An image depicting a servo motor wire. The wire is black and consists of multiple thin, flexible strands. It is connected to a small, rectangular plug on one end, which is designed to fit into a corresponding socket. The wire extends outward from the plug, showing its length and flexibility. The other end of the wire is not visible in the image. The wire is neatly arranged and held together, suggesting its organized and structured nature.

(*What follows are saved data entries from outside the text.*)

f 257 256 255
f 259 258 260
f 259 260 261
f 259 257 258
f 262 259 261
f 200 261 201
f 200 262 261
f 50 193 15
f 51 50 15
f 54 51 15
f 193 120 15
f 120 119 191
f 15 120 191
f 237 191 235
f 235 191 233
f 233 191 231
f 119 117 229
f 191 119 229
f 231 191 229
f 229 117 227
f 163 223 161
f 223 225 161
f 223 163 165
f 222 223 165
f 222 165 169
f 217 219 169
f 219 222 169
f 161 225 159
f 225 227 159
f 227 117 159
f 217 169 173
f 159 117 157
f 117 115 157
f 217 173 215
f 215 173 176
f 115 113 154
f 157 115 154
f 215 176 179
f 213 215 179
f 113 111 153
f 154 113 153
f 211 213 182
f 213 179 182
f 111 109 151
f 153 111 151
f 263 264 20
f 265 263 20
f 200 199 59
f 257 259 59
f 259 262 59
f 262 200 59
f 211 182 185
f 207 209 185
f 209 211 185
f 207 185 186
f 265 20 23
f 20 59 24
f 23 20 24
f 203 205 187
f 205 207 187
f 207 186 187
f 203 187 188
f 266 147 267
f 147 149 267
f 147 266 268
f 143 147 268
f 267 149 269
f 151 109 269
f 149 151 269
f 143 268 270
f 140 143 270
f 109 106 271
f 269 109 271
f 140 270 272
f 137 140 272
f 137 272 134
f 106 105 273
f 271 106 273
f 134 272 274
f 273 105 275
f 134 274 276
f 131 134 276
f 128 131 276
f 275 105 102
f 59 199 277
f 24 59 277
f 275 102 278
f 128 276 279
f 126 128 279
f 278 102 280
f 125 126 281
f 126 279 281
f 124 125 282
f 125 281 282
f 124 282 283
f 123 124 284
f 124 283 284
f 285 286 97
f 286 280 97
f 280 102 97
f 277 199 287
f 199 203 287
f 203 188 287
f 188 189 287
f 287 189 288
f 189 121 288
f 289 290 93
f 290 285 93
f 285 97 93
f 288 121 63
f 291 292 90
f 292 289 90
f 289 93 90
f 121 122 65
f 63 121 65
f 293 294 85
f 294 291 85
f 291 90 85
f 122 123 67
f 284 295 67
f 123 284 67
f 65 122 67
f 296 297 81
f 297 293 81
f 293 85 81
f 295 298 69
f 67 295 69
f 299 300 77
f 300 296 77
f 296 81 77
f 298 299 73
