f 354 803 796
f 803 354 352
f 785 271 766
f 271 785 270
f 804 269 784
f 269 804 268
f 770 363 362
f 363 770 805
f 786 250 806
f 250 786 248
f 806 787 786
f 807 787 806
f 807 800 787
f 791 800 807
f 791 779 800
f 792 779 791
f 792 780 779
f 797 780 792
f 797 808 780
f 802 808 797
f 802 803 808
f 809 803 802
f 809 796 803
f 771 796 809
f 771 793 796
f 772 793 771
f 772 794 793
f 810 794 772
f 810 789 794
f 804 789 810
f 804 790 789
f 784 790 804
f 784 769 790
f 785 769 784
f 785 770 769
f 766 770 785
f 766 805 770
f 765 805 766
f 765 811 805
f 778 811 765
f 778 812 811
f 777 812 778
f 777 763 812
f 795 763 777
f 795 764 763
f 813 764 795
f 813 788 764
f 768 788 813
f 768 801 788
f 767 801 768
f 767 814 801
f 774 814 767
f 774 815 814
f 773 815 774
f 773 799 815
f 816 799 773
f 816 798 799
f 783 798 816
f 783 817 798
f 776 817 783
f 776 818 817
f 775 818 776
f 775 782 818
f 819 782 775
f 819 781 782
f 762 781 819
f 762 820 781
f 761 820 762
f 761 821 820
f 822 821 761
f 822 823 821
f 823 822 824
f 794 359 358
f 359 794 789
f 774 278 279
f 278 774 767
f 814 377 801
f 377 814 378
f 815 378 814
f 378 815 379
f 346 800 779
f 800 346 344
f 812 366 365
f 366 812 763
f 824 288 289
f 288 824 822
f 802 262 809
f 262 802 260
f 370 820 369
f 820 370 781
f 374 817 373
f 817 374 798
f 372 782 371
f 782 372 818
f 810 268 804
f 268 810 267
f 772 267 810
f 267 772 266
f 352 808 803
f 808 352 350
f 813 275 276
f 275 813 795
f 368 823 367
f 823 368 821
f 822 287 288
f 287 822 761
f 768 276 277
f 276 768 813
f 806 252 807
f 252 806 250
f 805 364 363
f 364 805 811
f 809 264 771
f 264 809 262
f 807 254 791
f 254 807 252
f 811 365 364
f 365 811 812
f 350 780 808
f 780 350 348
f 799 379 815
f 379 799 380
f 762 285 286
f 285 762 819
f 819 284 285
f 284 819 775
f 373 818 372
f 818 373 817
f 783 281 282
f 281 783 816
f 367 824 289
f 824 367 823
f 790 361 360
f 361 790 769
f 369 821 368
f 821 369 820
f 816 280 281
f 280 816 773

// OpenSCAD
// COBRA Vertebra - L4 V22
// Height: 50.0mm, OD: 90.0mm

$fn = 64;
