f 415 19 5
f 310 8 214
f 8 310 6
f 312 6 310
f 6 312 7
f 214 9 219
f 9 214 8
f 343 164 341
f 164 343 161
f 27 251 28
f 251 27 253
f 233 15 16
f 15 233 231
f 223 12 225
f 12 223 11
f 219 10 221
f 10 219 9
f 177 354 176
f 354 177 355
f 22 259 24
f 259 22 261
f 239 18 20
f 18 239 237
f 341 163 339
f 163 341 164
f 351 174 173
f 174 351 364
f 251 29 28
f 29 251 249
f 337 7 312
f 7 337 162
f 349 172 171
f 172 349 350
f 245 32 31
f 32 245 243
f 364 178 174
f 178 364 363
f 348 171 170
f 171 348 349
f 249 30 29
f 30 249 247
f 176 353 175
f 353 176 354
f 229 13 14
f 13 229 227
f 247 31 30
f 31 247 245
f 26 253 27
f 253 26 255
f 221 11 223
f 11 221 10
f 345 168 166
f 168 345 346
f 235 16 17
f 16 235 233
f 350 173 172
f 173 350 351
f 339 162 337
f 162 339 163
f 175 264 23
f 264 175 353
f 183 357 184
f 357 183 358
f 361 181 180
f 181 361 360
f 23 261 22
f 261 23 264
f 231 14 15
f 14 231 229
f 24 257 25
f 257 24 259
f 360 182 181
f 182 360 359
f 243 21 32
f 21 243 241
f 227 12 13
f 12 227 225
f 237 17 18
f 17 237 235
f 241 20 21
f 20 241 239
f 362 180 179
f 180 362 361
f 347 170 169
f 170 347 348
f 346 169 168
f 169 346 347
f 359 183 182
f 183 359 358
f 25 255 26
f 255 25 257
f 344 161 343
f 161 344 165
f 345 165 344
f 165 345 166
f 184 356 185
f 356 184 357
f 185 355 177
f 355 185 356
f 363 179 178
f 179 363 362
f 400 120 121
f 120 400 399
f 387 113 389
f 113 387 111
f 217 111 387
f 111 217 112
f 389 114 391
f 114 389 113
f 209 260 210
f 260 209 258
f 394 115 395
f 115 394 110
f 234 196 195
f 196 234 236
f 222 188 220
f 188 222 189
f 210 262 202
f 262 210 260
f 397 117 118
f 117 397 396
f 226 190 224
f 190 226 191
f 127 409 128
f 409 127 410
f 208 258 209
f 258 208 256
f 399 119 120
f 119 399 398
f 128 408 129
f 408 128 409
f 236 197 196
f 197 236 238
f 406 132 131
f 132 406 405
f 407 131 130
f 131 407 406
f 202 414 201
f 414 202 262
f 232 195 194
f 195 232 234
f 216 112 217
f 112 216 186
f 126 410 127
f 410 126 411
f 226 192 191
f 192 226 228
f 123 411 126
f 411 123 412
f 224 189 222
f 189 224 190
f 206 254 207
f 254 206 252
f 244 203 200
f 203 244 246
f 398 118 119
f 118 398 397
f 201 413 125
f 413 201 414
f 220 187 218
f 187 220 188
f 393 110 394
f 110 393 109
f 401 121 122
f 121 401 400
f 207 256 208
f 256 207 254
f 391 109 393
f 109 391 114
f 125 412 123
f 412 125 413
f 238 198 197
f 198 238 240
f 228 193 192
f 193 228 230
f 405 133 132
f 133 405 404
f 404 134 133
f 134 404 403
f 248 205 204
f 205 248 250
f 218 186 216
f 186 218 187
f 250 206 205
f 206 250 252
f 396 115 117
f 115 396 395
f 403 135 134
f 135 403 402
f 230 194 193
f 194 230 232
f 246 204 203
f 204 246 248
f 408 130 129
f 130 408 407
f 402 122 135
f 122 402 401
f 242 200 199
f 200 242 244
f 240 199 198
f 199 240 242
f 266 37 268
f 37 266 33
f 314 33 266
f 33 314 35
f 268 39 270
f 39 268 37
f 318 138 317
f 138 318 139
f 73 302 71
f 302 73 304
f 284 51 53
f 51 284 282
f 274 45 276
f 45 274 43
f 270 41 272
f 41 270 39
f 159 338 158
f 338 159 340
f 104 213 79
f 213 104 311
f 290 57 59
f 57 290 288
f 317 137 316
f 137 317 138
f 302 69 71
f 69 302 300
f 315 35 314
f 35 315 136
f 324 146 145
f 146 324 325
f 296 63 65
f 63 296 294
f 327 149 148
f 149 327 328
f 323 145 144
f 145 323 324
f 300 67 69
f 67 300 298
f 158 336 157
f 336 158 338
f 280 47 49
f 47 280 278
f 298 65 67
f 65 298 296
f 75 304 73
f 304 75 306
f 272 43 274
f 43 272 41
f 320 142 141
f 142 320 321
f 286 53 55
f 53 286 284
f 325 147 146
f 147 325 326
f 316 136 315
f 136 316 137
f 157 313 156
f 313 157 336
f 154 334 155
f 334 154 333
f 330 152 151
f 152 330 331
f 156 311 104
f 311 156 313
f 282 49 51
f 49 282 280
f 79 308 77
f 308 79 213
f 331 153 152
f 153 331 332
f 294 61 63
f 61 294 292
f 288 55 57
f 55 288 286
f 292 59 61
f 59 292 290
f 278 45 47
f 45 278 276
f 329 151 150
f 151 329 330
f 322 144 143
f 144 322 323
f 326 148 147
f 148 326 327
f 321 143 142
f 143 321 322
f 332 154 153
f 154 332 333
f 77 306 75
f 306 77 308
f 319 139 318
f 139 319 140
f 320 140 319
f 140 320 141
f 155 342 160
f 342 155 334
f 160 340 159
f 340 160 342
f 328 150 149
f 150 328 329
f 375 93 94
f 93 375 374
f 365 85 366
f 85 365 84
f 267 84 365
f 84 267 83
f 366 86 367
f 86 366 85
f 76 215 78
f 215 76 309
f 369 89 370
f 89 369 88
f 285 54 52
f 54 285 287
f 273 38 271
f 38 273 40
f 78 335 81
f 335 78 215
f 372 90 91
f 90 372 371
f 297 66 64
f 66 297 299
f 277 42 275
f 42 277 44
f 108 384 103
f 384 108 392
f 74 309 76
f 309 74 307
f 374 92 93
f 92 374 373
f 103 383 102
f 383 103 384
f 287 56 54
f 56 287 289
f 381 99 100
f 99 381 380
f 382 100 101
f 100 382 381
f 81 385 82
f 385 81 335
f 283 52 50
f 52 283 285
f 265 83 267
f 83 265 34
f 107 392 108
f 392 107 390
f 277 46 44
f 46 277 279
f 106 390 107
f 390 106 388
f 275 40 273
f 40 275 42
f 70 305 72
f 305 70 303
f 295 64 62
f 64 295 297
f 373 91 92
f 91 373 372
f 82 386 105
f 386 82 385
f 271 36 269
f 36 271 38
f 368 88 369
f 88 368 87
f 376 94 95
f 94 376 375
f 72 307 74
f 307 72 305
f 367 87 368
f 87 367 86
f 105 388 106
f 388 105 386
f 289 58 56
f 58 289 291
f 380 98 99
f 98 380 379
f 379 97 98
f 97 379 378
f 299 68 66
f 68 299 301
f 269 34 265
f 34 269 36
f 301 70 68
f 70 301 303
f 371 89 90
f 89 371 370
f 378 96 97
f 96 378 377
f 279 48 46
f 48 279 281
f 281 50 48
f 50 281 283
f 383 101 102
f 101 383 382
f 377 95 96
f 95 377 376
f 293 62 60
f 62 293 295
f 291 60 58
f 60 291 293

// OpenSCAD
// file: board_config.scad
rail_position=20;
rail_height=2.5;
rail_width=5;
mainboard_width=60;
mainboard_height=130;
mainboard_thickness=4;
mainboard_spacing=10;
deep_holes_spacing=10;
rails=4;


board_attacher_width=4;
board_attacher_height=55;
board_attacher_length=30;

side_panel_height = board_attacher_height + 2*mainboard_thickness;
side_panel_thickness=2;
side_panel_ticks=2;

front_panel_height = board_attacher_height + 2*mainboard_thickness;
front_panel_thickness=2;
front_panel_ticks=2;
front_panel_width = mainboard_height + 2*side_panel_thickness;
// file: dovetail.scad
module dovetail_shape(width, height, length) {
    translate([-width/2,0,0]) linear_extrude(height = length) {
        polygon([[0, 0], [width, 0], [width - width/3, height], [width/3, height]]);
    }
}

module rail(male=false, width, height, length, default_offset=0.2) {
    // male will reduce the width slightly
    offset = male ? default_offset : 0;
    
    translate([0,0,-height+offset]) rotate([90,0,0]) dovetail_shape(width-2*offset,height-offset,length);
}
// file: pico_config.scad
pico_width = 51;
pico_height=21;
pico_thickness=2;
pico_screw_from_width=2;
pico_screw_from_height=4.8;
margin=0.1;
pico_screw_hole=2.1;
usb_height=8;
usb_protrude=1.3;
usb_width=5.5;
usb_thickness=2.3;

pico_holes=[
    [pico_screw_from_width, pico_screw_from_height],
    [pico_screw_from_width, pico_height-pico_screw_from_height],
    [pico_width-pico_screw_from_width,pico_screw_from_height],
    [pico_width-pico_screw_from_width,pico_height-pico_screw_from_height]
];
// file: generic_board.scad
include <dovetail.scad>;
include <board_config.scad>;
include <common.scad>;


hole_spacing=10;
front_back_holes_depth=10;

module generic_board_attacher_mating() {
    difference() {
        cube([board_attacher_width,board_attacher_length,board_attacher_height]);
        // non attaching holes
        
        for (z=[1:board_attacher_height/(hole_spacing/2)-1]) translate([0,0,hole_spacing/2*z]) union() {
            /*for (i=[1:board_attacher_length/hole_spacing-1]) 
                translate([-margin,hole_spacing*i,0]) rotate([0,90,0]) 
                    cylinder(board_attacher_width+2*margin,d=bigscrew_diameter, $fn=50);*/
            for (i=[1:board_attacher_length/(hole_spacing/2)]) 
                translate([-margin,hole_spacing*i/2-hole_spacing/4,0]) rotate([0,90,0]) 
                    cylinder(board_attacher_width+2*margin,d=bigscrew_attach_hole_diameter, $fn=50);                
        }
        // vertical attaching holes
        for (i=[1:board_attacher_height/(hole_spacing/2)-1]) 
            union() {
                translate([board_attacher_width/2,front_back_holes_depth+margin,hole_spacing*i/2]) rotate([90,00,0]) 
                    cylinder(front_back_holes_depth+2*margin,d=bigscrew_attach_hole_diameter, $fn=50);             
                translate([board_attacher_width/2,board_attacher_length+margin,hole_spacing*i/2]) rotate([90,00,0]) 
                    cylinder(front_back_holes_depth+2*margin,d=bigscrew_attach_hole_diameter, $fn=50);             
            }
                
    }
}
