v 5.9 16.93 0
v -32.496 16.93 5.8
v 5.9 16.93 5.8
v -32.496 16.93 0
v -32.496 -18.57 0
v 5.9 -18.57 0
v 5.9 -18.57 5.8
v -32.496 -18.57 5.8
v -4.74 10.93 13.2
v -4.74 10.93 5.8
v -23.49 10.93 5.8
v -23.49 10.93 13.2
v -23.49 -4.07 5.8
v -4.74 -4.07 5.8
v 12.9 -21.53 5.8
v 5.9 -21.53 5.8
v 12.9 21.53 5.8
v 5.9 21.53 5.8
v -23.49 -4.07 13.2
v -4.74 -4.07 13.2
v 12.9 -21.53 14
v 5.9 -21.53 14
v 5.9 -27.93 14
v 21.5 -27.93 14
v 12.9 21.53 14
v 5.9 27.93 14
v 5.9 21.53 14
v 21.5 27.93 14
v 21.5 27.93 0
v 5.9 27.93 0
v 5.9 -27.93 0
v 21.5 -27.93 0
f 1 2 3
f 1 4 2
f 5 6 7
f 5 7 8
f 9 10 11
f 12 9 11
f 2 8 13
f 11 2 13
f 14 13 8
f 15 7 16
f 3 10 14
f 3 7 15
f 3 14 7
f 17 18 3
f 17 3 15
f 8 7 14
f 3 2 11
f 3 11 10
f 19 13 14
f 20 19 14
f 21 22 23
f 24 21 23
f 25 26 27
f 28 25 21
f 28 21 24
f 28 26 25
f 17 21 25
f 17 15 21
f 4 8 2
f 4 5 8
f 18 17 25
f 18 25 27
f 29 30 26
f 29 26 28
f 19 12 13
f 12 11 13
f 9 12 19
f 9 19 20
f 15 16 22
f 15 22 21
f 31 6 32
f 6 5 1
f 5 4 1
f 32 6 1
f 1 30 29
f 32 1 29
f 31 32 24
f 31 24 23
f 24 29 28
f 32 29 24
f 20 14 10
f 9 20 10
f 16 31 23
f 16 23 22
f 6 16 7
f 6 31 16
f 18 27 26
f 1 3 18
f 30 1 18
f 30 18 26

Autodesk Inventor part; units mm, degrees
ref_plane "YZ Plane" through (0, 0, 0) normal (1, 0, 0) x (0, 1, 0)
ref_plane "XZ Plane" through (0, 0, 0) normal (0, 1, 0) x (-1, 0, 0)
ref_plane "XY Plane" through (0, 0, 0) normal (0, 0, 1) x (1, 0, 0)
sketch "Sketch8" plane through (0, 0, 0) normal (0, 0, 1) x (1, 0, 0)
  line L0 (-23.4899, -4.07) -> (-4.7399, -4.07)
  line L1 (-4.7399, -4.07) -> (-4.7399, 10.93)
  line L2 (-4.7399, 10.93) -> (-23.4899, 10.93)
  line L3 (-23.4899, 10.93) -> (-23.4899, -4.07)
  line L4 (5.9, -21.53) -> (12.9, -21.53)
  line L5 (12.9, -21.53) -> (12.9, 21.53)
  line L6 (12.9, 21.53) -> (5.9, 21.53)
  line L7 (9.6, -27.93) -> (13.2, -27.93)
  line L8 (-21.4963, 16.93) -> (5.9, 16.93)
  line L9 (5.9, 16.93) -> (5.9, 27.93)
  line L10 (5.9, 27.93) -> (21.5, 27.93)
  line L11 (21.5, 27.93) -> (21.5, -27.93)
  line L12 (21.5, -27.93) -> (5.9, -27.93)
  line L13 (5.9, -27.93) -> (5.9, -18.57)
  line L14 (5.9, -18.57) -> (-21.4789, -18.57)
  line L15 (-21.4789, -18.57) -> (-32.4963, -18.57)
  line L16 (-32.4963, -18.57) -> (-32.4963, 16.93)
  line L17 (-32.4963, 16.93) -> (-21.4963, 16.93)
  point P0 (0, 0)
  point P1 (5.9, -27.93)
extrude "Extrusion10" add sketch "Sketch8" along normal blind 14 contours L4 L5 L6 L9 L10 L11 L12 L7 L13
extrude "Extrusion11" add sketch "Sketch8" along normal blind 13.2 contours L3 L2 L1 L0
extrude "Extrusion12" add sketch "Sketch8" along normal blind 5.8 contours L13 L14 L15 L16 L17 L8 L9 L6 L5 L4
properties part number "heatsink_2"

Servo motors are widely used in various applications that require precise control over angular motion. They are commonly employed in robotics, automation, remote control systems, and other projects where accurate positioning is crucial. Unlike DC motors that continuously rotate, servo motors are designed to rotate to a specific angle and maintain that position until instructed otherwise.

Construction:

An image displaying a 3D representation of a servo motor's construction. The 3D model shows a servo motor with its outer casing removed, revealing its internal components. The main focus is on the control circuit board, which is prominently featured. The circuit board consists of various electronic components, such as resistors, capacitors, integrated circuits, and connectors, arranged in a compact and organized manner. The image showcases the intricate design and complexity of the control circuit board, which is crucial for the servo motor's operation and precise control.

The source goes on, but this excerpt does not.